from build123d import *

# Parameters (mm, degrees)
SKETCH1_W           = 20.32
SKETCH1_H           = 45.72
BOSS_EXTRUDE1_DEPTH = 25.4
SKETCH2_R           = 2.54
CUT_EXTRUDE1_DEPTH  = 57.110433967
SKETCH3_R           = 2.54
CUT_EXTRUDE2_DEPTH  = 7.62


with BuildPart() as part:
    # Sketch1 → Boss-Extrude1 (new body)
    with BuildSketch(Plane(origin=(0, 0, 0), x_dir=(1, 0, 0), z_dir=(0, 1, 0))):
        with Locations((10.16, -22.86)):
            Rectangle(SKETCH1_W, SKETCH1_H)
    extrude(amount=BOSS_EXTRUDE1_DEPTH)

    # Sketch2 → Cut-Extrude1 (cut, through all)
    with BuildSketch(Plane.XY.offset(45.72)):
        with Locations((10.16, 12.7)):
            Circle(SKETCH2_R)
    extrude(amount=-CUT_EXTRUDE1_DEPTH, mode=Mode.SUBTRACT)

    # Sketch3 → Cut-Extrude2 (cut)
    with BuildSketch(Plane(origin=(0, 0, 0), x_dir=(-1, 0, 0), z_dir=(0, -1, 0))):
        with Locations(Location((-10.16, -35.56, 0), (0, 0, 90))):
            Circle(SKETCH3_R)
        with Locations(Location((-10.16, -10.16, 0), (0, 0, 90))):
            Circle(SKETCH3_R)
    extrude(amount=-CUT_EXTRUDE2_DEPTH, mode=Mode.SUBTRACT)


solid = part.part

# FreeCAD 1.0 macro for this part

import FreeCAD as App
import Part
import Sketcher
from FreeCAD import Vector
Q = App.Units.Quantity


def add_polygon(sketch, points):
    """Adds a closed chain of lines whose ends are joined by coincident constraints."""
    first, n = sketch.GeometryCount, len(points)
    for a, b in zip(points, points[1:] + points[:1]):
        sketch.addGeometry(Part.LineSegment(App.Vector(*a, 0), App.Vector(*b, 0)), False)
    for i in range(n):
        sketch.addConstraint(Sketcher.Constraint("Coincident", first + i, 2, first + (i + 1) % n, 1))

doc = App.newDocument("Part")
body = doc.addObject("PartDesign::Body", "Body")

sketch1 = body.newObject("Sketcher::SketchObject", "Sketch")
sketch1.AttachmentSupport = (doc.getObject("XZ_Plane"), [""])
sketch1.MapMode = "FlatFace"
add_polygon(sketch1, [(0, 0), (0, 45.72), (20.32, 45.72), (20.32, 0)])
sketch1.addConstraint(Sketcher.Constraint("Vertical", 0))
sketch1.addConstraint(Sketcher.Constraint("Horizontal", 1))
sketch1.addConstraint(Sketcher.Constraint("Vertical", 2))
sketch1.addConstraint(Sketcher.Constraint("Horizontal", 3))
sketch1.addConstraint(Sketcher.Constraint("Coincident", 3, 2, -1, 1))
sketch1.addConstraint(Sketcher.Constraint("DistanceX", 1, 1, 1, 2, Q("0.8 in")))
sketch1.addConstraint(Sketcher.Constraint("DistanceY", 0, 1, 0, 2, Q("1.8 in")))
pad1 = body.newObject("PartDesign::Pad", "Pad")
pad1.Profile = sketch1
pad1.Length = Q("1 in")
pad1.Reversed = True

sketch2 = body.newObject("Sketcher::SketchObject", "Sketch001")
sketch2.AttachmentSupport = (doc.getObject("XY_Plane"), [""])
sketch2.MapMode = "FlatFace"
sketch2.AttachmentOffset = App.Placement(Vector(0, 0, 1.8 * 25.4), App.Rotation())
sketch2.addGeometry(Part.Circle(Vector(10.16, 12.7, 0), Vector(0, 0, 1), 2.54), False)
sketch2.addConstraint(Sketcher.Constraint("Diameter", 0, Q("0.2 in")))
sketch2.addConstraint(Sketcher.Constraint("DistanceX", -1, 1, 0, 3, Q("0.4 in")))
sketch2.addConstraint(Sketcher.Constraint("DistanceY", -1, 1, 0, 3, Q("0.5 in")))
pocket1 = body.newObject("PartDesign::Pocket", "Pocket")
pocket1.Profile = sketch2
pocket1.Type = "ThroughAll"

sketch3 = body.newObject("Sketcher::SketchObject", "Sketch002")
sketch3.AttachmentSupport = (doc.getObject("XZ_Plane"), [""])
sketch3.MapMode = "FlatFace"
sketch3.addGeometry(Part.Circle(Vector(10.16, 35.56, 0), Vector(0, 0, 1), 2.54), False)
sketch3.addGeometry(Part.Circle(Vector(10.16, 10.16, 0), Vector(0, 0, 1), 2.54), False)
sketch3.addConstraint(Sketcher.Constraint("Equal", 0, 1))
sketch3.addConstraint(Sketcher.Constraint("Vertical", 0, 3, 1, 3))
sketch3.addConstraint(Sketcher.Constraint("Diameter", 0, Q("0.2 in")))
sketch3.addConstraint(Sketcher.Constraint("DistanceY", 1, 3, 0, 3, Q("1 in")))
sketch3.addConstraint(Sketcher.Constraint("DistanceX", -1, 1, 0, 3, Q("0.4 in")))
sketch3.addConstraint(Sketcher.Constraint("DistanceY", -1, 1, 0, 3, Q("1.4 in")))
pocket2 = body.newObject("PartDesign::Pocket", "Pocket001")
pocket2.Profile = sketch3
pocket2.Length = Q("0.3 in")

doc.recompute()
=====
YOUR INSTRUCTIONS >>
Repeat the material exactly. Begin with its first line and end with the line that has "# FreeCAD 1.0 macro for this part".

ANSWER BELOW >>
from build123d import *

# Parameters (mm, degrees)
SKETCH1_W           = 20.32
SKETCH1_H           = 45.72
BOSS_EXTRUDE1_DEPTH = 25.4
SKETCH2_R           = 2.54
CUT_EXTRUDE1_DEPTH  = 57.110433967
SKETCH3_R           = 2.54
CUT_EXTRUDE2_DEPTH  = 7.62


with BuildPart() as part:
    # Sketch1 → Boss-Extrude1 (new body)
    with BuildSketch(Plane(origin=(0, 0, 0), x_dir=(1, 0, 0), z_dir=(0, 1, 0))):
        with Locations((10.16, -22.86)):
            Rectangle(SKETCH1_W, SKETCH1_H)
    extrude(amount=BOSS_EXTRUDE1_DEPTH)

    # Sketch2 → Cut-Extrude1 (cut, through all)
    with BuildSketch(Plane.XY.offset(45.72)):
        with Locations((10.16, 12.7)):
            Circle(SKETCH2_R)
    extrude(amount=-CUT_EXTRUDE1_DEPTH, mode=Mode.SUBTRACT)

    # Sketch3 → Cut-Extrude2 (cut)
    with BuildSketch(Plane(origin=(0, 0, 0), x_dir=(-1, 0, 0), z_dir=(0, -1, 0))):
        with Locations(Location((-10.16, -35.56, 0), (0, 0, 90))):
            Circle(SKETCH3_R)
        with Locations(Location((-10.16, -10.16, 0), (0, 0, 90))):
            Circle(SKETCH3_R)
    extrude(amount=-CUT_EXTRUDE2_DEPTH, mode=Mode.SUBTRACT)


solid = part.part

# FreeCAD 1.0 macro for this part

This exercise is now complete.